Black Lives Matter: the proposition, the organization, and the movement

We must assess three issues surrounding the Black Lives Movement (BLM) if we are to understand and respond to it. These are the proposition, the organization, and the movement itself.

One must strain to find anything objectionable with the proposition that “black lives matter.” It ought to be obvious that the lives of blacks matter, because blacks are human beings made in the image and likeness of God. They matter because they are human, just as the members of every other human racial group matter. In effect, race itself is a social construct that magnifies certain biological differences but cannot create a break in nature. Humans remain humans regardless of divisions that have been created over the course of history. Blacks are among the natural sons and daughters of God, with an ineradicable intrinsic dignity. The intrinsic dignity of blacks is a truth based on the general idea of human worth.

At certain times, emphasizing one subset of humanity might assist us in addressing practical realities. A good example is when we say that the unborn matter. That statement is not exclusive, as if to imply that people who have been born are not important. Some situations demand specificity.

Still, we might ask if an otherwise unobjectionable proposition like “Black Lives Matter” can be misused. One possibility is that one means to say that only blacks matter. One might betray this by trying to prevent others from focusing on other subgroups, by demanding that everyone focus only on one’s own agenda.

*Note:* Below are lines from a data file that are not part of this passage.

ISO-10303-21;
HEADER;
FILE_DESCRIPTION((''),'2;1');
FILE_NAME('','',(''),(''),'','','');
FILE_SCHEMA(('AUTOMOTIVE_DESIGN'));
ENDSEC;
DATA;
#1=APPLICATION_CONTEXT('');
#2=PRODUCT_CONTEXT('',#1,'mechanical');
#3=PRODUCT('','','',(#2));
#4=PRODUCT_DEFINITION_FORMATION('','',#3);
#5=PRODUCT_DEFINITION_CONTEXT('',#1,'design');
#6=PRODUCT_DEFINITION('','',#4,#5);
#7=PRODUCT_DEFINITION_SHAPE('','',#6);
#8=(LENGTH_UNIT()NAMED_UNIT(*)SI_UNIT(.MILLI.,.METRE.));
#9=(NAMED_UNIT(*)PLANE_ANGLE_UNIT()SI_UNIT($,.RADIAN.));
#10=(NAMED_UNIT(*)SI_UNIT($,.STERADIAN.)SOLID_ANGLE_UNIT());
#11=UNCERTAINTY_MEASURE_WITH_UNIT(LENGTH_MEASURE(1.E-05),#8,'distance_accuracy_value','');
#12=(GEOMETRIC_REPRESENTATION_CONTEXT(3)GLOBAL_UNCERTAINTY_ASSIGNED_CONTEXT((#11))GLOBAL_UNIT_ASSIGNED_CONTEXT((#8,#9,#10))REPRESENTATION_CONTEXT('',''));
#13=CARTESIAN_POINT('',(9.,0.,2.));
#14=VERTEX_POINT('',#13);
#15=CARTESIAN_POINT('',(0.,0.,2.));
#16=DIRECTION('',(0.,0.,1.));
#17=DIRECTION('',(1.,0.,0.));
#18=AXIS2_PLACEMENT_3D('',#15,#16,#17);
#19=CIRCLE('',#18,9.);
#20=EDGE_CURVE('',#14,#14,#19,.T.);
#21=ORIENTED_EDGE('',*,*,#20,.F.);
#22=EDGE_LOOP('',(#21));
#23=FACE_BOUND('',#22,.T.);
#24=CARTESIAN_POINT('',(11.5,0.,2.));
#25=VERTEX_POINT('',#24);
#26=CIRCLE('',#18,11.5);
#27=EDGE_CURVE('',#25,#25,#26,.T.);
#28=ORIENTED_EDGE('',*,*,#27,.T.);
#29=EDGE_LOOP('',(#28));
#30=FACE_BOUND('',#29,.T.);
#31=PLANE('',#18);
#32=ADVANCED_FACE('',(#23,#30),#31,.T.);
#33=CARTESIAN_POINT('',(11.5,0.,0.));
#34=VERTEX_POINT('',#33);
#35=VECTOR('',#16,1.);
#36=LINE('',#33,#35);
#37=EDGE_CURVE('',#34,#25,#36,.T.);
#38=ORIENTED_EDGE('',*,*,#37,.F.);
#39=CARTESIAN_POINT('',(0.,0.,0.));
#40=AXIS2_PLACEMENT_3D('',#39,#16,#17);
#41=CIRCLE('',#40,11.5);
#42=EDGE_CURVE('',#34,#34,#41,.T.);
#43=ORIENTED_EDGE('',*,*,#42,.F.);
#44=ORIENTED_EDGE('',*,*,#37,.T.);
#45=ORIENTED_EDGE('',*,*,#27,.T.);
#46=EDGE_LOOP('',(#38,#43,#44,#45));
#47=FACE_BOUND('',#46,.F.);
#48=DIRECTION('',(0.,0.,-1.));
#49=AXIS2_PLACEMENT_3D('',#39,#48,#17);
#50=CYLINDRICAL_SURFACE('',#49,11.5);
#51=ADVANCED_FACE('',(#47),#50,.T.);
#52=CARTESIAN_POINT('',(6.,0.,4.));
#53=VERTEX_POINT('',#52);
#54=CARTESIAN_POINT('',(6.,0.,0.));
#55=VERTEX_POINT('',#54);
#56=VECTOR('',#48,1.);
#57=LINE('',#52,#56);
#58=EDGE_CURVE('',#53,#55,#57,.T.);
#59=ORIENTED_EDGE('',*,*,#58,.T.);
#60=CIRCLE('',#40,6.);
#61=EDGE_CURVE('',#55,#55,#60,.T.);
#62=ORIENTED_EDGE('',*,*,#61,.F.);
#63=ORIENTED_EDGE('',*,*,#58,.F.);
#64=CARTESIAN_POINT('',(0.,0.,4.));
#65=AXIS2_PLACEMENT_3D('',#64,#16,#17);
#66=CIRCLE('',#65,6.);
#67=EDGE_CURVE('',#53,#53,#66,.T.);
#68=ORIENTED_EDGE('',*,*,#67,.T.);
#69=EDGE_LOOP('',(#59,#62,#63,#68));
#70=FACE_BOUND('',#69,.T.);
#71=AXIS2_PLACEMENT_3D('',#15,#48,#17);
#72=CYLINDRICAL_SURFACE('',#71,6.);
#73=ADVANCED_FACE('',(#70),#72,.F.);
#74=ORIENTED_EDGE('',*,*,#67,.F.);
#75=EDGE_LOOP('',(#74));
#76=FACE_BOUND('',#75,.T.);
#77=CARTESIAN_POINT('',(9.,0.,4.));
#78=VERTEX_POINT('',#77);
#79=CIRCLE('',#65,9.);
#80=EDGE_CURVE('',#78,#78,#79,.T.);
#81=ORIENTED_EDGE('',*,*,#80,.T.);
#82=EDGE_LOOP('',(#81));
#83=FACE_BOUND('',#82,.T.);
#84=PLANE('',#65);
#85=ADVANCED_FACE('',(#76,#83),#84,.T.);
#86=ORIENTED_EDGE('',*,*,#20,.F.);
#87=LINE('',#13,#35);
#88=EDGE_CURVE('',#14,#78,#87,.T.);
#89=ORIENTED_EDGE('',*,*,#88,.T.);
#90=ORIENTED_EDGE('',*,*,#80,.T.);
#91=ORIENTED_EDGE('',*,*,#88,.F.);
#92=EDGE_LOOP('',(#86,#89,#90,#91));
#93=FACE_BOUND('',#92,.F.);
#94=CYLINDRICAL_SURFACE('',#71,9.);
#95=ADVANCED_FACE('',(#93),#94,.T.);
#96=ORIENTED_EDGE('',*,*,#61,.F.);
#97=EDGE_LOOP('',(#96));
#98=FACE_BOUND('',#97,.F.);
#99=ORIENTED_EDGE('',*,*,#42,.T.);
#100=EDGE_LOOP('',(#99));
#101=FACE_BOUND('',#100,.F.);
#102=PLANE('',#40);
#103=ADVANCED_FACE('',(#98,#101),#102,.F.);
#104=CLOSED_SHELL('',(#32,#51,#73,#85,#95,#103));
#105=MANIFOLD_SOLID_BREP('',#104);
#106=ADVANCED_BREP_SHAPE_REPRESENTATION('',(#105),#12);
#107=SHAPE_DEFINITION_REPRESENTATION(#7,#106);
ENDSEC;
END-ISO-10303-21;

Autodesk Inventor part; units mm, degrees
ref_plane "YZ Plane" through (0, 0, 0) normal (1, 0, 0) x (0, 1, 0)
ref_plane "XZ Plane" through (0, 0, 0) normal (0, 1, 0) x (-1, 0, 0)
ref_plane "XY Plane" through (0, 0, 0) normal (0, 0, 1) x (1, 0, 0)
sketch "スケッチ1" plane through (0, 0, 0) normal (0, 0, 1) x (1, 0, 0)
  circle A0 centre (0, 0) radius 6
  circle A1 centre (0, 0) radius 9
  circle A2 centre (0, 0) radius 11.5
  dimension "d0" = 12
  dimension "d1" = 18
  dimension "d2" = 23
extrude "押し出し1" add sketch "スケッチ1" along normal blind 2 contours A1 | A2
sketch "スケッチ2" plane through (0, 0, 2) normal (0, 0, 1) x (1, 0, 0)
  circle A0 centre (0, 0) radius 11.5 projected
  circle A1 centre (0, 0) radius 6 projected
  circle A2 centre (0, 0) radius 6
  circle A3 centre (0, 0) radius 9
  dimension "d5" = 12
  dimension "d6" = 18
extrude "押し出し2" add sketch "スケッチ2" along normal blind 2 contours A3
properties part number "bear_12_18"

For example, attacking those who say “Blue Lives Matter” as more police officers are killed or attacked in the line of duty would seem to imply opposition to highlighting the problems of any other group. When one group wants to fill all of the air in the public square, especially in a pluralistic society, we must be careful about the agenda that might lie behind it. In short, the proposition “Black Lives Matter” is unobjectionable and true, but it can be misused.

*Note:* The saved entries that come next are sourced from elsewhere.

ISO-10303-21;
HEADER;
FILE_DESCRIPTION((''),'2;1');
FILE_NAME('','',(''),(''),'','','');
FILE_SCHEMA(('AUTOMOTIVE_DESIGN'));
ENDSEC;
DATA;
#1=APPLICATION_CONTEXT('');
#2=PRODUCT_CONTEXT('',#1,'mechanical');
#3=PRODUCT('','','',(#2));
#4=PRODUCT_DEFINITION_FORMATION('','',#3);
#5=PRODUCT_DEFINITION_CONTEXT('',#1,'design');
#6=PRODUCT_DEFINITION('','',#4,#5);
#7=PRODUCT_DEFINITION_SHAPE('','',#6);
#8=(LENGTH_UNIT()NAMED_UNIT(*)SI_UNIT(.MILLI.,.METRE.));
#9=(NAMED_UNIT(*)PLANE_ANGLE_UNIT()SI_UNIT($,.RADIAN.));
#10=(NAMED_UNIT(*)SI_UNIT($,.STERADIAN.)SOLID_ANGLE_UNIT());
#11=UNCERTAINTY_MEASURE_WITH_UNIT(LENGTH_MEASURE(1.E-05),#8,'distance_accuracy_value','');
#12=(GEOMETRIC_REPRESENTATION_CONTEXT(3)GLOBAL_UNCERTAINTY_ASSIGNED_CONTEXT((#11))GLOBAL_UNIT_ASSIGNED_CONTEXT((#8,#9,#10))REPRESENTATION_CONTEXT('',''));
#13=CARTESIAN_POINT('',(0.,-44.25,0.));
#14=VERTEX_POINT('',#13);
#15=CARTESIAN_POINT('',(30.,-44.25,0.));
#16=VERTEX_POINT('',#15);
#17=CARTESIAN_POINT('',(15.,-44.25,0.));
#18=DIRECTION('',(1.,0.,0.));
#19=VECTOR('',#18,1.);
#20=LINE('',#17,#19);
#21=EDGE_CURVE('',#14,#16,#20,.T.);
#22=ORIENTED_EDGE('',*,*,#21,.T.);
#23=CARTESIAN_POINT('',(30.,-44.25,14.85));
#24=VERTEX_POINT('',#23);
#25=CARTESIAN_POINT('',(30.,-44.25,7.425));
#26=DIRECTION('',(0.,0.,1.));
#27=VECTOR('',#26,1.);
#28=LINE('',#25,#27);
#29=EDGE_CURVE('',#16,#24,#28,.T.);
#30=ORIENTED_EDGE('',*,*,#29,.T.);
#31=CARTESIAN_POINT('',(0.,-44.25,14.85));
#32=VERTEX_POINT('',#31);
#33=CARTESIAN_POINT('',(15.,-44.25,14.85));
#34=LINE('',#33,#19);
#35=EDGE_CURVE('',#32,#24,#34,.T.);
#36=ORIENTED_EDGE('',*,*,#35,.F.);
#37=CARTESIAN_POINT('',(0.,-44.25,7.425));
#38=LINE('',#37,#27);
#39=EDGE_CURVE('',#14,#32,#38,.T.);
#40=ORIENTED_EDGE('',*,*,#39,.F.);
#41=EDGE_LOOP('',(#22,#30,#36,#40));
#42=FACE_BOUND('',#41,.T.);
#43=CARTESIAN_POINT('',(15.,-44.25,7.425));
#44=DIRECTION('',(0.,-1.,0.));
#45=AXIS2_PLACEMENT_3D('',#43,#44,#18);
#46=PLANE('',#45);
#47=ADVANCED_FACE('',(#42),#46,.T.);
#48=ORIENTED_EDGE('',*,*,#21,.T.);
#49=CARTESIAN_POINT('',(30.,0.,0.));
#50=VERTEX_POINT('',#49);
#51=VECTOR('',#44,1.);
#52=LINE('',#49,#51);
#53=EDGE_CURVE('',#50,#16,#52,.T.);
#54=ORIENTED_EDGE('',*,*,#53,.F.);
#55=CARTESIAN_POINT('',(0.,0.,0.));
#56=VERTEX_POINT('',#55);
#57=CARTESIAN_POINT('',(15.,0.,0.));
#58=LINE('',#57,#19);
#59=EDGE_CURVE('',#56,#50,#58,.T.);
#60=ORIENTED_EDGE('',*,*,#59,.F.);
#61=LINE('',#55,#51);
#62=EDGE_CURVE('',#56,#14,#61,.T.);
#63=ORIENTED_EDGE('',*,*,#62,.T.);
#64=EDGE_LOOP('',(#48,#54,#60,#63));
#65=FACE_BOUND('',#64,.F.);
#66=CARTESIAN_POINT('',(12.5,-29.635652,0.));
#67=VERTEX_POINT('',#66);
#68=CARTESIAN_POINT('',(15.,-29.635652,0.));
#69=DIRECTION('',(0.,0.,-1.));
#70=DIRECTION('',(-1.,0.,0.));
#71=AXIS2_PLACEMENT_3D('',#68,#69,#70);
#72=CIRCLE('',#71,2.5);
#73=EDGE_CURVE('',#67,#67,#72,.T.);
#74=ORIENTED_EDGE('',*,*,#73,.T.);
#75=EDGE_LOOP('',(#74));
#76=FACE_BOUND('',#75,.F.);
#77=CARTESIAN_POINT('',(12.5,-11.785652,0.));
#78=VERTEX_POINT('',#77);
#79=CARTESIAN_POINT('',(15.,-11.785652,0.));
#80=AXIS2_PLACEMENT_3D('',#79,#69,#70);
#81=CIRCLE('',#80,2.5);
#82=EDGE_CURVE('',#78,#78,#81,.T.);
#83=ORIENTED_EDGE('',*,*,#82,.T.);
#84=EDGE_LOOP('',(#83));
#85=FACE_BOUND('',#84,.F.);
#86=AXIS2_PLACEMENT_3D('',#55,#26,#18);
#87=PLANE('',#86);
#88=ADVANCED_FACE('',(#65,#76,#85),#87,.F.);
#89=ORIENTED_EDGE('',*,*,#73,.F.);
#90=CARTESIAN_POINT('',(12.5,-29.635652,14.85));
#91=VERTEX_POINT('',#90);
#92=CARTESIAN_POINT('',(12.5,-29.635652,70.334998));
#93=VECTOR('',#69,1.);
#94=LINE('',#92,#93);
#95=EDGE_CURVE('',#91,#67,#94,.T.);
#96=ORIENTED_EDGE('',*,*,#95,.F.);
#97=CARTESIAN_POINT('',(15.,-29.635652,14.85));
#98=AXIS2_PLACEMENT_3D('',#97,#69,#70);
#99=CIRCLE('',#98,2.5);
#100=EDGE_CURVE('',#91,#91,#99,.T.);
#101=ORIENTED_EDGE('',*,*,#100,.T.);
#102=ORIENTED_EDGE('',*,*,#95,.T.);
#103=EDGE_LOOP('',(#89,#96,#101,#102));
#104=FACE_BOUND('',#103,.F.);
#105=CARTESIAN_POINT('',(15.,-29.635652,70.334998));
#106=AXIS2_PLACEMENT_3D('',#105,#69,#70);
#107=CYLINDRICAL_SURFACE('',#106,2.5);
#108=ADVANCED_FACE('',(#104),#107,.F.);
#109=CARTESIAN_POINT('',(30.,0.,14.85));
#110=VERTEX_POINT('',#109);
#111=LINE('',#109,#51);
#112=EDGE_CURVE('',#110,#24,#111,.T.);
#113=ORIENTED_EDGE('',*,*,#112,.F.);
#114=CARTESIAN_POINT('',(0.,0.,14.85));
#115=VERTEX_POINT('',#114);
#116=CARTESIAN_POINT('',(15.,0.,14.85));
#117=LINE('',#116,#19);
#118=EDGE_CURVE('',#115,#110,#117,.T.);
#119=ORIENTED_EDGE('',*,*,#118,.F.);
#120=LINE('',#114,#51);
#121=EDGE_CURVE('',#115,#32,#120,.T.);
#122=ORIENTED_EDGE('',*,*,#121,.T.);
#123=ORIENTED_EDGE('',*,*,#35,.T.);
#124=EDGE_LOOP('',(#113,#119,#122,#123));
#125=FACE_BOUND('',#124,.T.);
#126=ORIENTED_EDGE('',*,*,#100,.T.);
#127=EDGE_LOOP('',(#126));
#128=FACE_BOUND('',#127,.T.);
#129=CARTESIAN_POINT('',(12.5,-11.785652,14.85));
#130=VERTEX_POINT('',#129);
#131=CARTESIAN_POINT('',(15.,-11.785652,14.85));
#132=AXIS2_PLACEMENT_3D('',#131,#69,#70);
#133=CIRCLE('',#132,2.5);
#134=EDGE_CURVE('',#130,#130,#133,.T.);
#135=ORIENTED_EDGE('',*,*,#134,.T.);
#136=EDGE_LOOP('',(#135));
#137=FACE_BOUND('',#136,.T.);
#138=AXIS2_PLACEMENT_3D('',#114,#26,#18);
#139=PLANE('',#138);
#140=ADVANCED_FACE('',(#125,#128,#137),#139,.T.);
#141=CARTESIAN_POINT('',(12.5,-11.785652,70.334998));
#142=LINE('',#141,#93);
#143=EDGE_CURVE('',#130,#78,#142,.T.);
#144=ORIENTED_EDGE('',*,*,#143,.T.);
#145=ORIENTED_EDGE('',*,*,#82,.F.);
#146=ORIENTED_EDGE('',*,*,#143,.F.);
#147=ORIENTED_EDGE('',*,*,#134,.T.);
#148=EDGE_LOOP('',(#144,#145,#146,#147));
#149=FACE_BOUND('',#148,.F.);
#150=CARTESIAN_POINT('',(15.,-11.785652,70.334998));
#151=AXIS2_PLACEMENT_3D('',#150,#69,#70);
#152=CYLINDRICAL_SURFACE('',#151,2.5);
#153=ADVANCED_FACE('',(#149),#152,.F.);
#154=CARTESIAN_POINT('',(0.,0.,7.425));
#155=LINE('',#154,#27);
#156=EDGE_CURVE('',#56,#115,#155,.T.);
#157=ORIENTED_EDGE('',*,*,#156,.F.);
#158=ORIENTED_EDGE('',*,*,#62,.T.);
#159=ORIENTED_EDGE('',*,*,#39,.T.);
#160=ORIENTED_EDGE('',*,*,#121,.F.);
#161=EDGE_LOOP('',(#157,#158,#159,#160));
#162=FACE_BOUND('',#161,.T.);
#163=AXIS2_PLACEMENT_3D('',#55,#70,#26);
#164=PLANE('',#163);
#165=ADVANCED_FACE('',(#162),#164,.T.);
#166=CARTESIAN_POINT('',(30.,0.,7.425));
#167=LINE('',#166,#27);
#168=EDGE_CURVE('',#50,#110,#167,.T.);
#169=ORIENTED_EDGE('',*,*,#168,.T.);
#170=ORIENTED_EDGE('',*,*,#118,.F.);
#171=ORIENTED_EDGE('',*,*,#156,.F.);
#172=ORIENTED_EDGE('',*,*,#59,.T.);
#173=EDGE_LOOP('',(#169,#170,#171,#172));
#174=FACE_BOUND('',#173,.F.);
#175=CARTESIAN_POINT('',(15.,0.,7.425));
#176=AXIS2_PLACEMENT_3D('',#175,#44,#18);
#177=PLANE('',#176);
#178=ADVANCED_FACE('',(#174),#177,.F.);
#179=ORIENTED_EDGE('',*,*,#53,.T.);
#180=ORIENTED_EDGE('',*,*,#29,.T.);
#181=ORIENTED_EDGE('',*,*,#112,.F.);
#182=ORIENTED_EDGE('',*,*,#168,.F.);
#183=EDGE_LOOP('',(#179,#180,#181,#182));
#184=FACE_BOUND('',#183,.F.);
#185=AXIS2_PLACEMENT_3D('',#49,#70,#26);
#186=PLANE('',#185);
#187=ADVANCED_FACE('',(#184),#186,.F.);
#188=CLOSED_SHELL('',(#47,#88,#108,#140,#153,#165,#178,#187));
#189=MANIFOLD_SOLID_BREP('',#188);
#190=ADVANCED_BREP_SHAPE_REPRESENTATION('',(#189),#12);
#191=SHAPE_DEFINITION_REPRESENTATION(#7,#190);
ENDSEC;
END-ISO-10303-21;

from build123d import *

# Parameters (mm, degrees)
F0_W     = 30
F0_H     = 14.85
F1_DEPTH = 44.25
F3_D     = 5


with BuildPart() as f1:
    # F0 (on Front) → F1 (new body)
    with BuildSketch(Plane.XZ):
        with Locations((15, 7.425)):
            Rectangle(F0_W, F0_H)
    extrude(amount=F1_DEPTH)

    # F3 (through all)
    with Locations(Plane.XY.offset(14.85)):
        with Locations((15, -11.7856515571), (15, -29.6356515571)):
            Hole(F3_D / 2)


solid = f1.part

When we move from the proposition to the BLM organization, however, things get more complicated. The organization has loaded the phrase with its own ideology. Historically, BLM created its slogan within the ideological context of Marxism-Leninism. Its origin expressed this basic ideological framework through its focus on race, gender, and economic issues as understood by radical progressive politics. It was not human dignity, the natural law, special Christian revelation, Christian anthropology, or basic historic understandings of justice that gave rise to the slogan. It was the plight of blacks filtered through the prism of a detrimental secular ideology that motivated the creation of a social media campaign.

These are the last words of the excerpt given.